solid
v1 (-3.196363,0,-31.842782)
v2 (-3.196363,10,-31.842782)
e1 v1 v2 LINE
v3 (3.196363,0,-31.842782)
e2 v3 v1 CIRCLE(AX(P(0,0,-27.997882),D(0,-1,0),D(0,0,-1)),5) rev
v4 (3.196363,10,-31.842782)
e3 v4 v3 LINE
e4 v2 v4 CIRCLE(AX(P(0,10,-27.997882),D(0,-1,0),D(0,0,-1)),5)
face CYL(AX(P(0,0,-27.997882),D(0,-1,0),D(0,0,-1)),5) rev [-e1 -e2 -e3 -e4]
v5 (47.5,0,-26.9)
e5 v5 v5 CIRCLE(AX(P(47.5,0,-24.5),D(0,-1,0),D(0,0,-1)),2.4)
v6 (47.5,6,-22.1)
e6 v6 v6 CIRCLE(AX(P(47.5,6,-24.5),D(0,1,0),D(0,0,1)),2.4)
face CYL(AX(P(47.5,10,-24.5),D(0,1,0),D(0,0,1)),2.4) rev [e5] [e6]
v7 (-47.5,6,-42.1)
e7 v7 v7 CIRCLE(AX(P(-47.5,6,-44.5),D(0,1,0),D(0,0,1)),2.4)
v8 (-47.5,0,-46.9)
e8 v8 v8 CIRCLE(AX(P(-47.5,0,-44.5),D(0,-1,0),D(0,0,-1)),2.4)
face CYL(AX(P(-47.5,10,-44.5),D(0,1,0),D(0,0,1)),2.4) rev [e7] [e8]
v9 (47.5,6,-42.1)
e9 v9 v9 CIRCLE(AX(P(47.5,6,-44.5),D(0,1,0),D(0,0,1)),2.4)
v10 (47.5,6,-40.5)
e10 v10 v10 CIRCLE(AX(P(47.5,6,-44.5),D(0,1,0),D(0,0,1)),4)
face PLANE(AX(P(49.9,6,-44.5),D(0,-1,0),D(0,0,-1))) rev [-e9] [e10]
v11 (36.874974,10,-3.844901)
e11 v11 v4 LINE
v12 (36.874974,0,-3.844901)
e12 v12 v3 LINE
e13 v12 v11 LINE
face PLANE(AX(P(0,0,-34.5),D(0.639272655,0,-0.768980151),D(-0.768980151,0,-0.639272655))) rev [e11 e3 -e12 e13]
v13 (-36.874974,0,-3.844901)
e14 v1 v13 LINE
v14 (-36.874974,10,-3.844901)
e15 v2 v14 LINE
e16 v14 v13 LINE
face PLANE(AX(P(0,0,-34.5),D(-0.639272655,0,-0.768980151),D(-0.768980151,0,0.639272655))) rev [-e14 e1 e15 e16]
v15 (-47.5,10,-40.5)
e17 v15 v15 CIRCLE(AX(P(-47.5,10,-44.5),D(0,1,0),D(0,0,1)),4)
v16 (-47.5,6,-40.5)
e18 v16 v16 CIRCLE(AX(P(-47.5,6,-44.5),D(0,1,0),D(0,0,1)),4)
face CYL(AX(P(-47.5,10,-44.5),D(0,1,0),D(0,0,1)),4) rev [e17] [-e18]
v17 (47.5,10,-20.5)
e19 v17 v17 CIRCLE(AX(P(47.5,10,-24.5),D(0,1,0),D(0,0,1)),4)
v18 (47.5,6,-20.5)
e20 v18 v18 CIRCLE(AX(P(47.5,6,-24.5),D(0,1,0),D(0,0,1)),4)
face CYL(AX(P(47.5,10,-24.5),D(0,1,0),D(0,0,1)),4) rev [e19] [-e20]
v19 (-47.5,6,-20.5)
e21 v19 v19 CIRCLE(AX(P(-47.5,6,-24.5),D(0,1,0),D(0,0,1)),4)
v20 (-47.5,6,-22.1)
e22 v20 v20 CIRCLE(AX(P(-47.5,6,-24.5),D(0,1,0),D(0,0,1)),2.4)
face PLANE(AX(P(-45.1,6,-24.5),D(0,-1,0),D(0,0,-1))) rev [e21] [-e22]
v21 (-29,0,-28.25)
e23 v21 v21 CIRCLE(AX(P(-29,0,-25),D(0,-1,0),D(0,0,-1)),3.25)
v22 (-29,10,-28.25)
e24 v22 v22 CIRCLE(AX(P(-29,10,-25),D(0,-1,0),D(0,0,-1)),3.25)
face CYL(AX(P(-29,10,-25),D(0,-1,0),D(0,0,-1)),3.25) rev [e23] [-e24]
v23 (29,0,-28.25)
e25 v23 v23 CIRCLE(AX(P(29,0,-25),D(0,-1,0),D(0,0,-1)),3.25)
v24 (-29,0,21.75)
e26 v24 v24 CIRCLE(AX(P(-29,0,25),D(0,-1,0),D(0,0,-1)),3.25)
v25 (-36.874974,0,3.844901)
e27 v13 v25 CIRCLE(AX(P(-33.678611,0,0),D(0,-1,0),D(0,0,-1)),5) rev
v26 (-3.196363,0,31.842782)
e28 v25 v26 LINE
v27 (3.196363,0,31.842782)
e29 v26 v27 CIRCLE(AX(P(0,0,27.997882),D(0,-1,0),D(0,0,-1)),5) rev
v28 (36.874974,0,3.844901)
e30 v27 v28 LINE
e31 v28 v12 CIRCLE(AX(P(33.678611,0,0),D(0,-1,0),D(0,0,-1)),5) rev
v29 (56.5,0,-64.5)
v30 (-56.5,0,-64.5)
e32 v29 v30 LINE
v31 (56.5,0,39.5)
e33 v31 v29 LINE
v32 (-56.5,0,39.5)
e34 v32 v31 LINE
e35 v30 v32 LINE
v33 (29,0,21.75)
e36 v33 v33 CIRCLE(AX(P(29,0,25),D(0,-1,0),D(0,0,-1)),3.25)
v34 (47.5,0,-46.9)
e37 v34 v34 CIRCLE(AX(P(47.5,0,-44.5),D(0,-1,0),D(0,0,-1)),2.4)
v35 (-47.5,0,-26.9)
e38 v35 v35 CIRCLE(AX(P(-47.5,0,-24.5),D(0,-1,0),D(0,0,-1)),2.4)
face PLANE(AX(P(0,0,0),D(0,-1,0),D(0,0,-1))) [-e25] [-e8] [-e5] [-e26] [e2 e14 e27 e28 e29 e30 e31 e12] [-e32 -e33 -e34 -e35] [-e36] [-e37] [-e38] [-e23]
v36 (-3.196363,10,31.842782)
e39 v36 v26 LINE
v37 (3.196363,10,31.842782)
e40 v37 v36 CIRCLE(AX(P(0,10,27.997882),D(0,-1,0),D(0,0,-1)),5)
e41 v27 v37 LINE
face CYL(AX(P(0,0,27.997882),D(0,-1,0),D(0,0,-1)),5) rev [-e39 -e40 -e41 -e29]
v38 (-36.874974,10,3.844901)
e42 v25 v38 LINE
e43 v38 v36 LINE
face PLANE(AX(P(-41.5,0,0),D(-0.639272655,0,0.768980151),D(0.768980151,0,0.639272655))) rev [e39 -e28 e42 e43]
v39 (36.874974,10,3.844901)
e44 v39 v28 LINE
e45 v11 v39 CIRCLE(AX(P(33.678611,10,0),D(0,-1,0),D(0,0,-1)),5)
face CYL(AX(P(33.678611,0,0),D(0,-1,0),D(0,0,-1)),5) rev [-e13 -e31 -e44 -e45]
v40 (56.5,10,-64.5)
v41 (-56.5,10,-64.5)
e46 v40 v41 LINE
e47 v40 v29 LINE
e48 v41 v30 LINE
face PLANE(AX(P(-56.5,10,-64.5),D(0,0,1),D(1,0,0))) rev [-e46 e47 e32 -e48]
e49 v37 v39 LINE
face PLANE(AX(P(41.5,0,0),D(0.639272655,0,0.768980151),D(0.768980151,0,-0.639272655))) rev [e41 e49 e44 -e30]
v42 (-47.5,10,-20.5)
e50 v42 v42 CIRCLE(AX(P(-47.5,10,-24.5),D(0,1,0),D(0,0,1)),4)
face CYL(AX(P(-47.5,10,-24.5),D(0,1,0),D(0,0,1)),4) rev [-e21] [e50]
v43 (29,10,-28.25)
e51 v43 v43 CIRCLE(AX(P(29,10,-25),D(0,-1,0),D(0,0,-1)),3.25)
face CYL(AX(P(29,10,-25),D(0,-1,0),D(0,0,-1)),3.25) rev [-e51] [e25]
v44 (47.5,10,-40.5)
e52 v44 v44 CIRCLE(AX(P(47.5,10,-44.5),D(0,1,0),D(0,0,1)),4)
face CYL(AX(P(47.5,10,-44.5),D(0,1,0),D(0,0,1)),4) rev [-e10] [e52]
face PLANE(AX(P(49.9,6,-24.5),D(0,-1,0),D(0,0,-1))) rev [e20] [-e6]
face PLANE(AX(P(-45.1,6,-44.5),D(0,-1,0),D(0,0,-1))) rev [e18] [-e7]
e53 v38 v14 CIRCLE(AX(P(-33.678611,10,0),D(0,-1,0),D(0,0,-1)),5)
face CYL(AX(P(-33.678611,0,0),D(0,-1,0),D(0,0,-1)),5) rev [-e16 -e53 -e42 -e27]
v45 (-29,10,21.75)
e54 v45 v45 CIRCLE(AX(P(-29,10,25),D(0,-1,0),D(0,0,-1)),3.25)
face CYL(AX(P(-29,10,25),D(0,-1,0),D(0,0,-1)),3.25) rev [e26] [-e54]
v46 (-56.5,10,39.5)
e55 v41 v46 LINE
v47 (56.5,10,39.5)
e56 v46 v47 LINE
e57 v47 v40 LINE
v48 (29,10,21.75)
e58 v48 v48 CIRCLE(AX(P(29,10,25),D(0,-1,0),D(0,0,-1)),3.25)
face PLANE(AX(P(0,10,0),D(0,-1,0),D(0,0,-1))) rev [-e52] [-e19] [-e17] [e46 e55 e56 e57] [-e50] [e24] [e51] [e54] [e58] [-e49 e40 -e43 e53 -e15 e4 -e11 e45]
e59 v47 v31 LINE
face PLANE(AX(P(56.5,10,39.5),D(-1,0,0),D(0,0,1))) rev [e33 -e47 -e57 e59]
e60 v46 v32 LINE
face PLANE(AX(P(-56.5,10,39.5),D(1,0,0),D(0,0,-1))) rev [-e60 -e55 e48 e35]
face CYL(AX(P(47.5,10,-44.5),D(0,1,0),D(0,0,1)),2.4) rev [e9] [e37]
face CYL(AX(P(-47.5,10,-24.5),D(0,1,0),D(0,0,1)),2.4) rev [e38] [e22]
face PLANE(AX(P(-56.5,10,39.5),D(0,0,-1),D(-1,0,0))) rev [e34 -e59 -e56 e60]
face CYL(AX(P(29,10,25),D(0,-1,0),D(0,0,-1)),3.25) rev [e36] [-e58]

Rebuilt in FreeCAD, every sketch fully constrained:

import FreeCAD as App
import Part
import Sketcher
Q = App.Units.Quantity


def edges_at(feature, points):
    """Names of the edges that pass closest to the given points."""
    edges = feature.Shape.Edges
    near = lambda p: min(range(len(edges)), key=lambda i: edges[i].distToShape(Part.Vertex(*p))[0])
    return sorted({f"Edge{near(p) + 1}" for p in points})


def add_polygon(sketch, points):
    """Adds a closed chain of lines whose ends are joined by coincident constraints."""
    first, n = sketch.GeometryCount, len(points)
    for a, b in zip(points, points[1:] + points[:1]):
        sketch.addGeometry(Part.LineSegment(App.Vector(*a, 0), App.Vector(*b, 0)), False)
    for i in range(n):
        sketch.addConstraint(Sketcher.Constraint("Coincident", first + i, 2, first + (i + 1) % n, 1))

doc = App.newDocument("Part")
params = doc.addObject("Spreadsheet::Sheet", "Params")
for row, (alias, value) in enumerate([
    ("sketch1_width", "113 mm"),
    ("sketch1_height", "104 mm"),
    ("pad1_length", "10 mm"),
    ("sketch2_diameter", "6.5 mm"),
    ("pocket1_length", "10 mm"),
    ("pocket2_length", "10 mm"),
    ("fillet_radius", "5 mm"),
    ("sketch4_diameter", "4.8 mm"),
    ("hole_diameter", "4.8 mm"),
    ("hole_cbore_diameter", "8 mm"),
    ("hole_cbore_depth", "4 mm"),
], start=1):
    params.set(f"A{row}", alias)
    params.set(f"B{row}", "=" + value)
    params.setAlias(f"B{row}", alias)

body = doc.addObject("PartDesign::Body", "Body")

------------------------------------

Task to complete — Working from the records above, write out verbatim only the lines from the line containing "v7 (-47.5,6,-42.1)" through the line containing "e32 v29 v30 LINE".

Task response —
v7 (-47.5,6,-42.1)
e7 v7 v7 CIRCLE(AX(P(-47.5,6,-44.5),D(0,1,0),D(0,0,1)),2.4)
v8 (-47.5,0,-46.9)
e8 v8 v8 CIRCLE(AX(P(-47.5,0,-44.5),D(0,-1,0),D(0,0,-1)),2.4)
face CYL(AX(P(-47.5,10,-44.5),D(0,1,0),D(0,0,1)),2.4) rev [e7] [e8]
v9 (47.5,6,-42.1)
e9 v9 v9 CIRCLE(AX(P(47.5,6,-44.5),D(0,1,0),D(0,0,1)),2.4)
v10 (47.5,6,-40.5)
e10 v10 v10 CIRCLE(AX(P(47.5,6,-44.5),D(0,1,0),D(0,0,1)),4)
face PLANE(AX(P(49.9,6,-44.5),D(0,-1,0),D(0,0,-1))) rev [-e9] [e10]
v11 (36.874974,10,-3.844901)
e11 v11 v4 LINE
v12 (36.874974,0,-3.844901)
e12 v12 v3 LINE
e13 v12 v11 LINE
face PLANE(AX(P(0,0,-34.5),D(0.639272655,0,-0.768980151),D(-0.768980151,0,-0.639272655))) rev [e11 e3 -e12 e13]
v13 (-36.874974,0,-3.844901)
e14 v1 v13 LINE
v14 (-36.874974,10,-3.844901)
e15 v2 v14 LINE
e16 v14 v13 LINE
face PLANE(AX(P(0,0,-34.5),D(-0.639272655,0,-0.768980151),D(-0.768980151,0,0.639272655))) rev [-e14 e1 e15 e16]
v15 (-47.5,10,-40.5)
e17 v15 v15 CIRCLE(AX(P(-47.5,10,-44.5),D(0,1,0),D(0,0,1)),4)
v16 (-47.5,6,-40.5)
e18 v16 v16 CIRCLE(AX(P(-47.5,6,-44.5),D(0,1,0),D(0,0,1)),4)
face CYL(AX(P(-47.5,10,-44.5),D(0,1,0),D(0,0,1)),4) rev [e17] [-e18]
v17 (47.5,10,-20.5)
e19 v17 v17 CIRCLE(AX(P(47.5,10,-24.5),D(0,1,0),D(0,0,1)),4)
v18 (47.5,6,-20.5)
e20 v18 v18 CIRCLE(AX(P(47.5,6,-24.5),D(0,1,0),D(0,0,1)),4)
face CYL(AX(P(47.5,10,-24.5),D(0,1,0),D(0,0,1)),4) rev [e19] [-e20]
v19 (-47.5,6,-20.5)
e21 v19 v19 CIRCLE(AX(P(-47.5,6,-24.5),D(0,1,0),D(0,0,1)),4)
v20 (-47.5,6,-22.1)
e22 v20 v20 CIRCLE(AX(P(-47.5,6,-24.5),D(0,1,0),D(0,0,1)),2.4)
face PLANE(AX(P(-45.1,6,-24.5),D(0,-1,0),D(0,0,-1))) rev [e21] [-e22]
v21 (-29,0,-28.25)
e23 v21 v21 CIRCLE(AX(P(-29,0,-25),D(0,-1,0),D(0,0,-1)),3.25)
v22 (-29,10,-28.25)
e24 v22 v22 CIRCLE(AX(P(-29,10,-25),D(0,-1,0),D(0,0,-1)),3.25)
face CYL(AX(P(-29,10,-25),D(0,-1,0),D(0,0,-1)),3.25) rev [e23] [-e24]
v23 (29,0,-28.25)
e25 v23 v23 CIRCLE(AX(P(29,0,-25),D(0,-1,0),D(0,0,-1)),3.25)
v24 (-29,0,21.75)
e26 v24 v24 CIRCLE(AX(P(-29,0,25),D(0,-1,0),D(0,0,-1)),3.25)
v25 (-36.874974,0,3.844901)
e27 v13 v25 CIRCLE(AX(P(-33.678611,0,0),D(0,-1,0),D(0,0,-1)),5) rev
v26 (-3.196363,0,31.842782)
e28 v25 v26 LINE
v27 (3.196363,0,31.842782)
e29 v26 v27 CIRCLE(AX(P(0,0,27.997882),D(0,-1,0),D(0,0,-1)),5) rev
v28 (36.874974,0,3.844901)
e30 v27 v28 LINE
e31 v28 v12 CIRCLE(AX(P(33.678611,0,0),D(0,-1,0),D(0,0,-1)),5) rev
v29 (56.5,0,-64.5)
v30 (-56.5,0,-64.5)
e32 v29 v30 LINE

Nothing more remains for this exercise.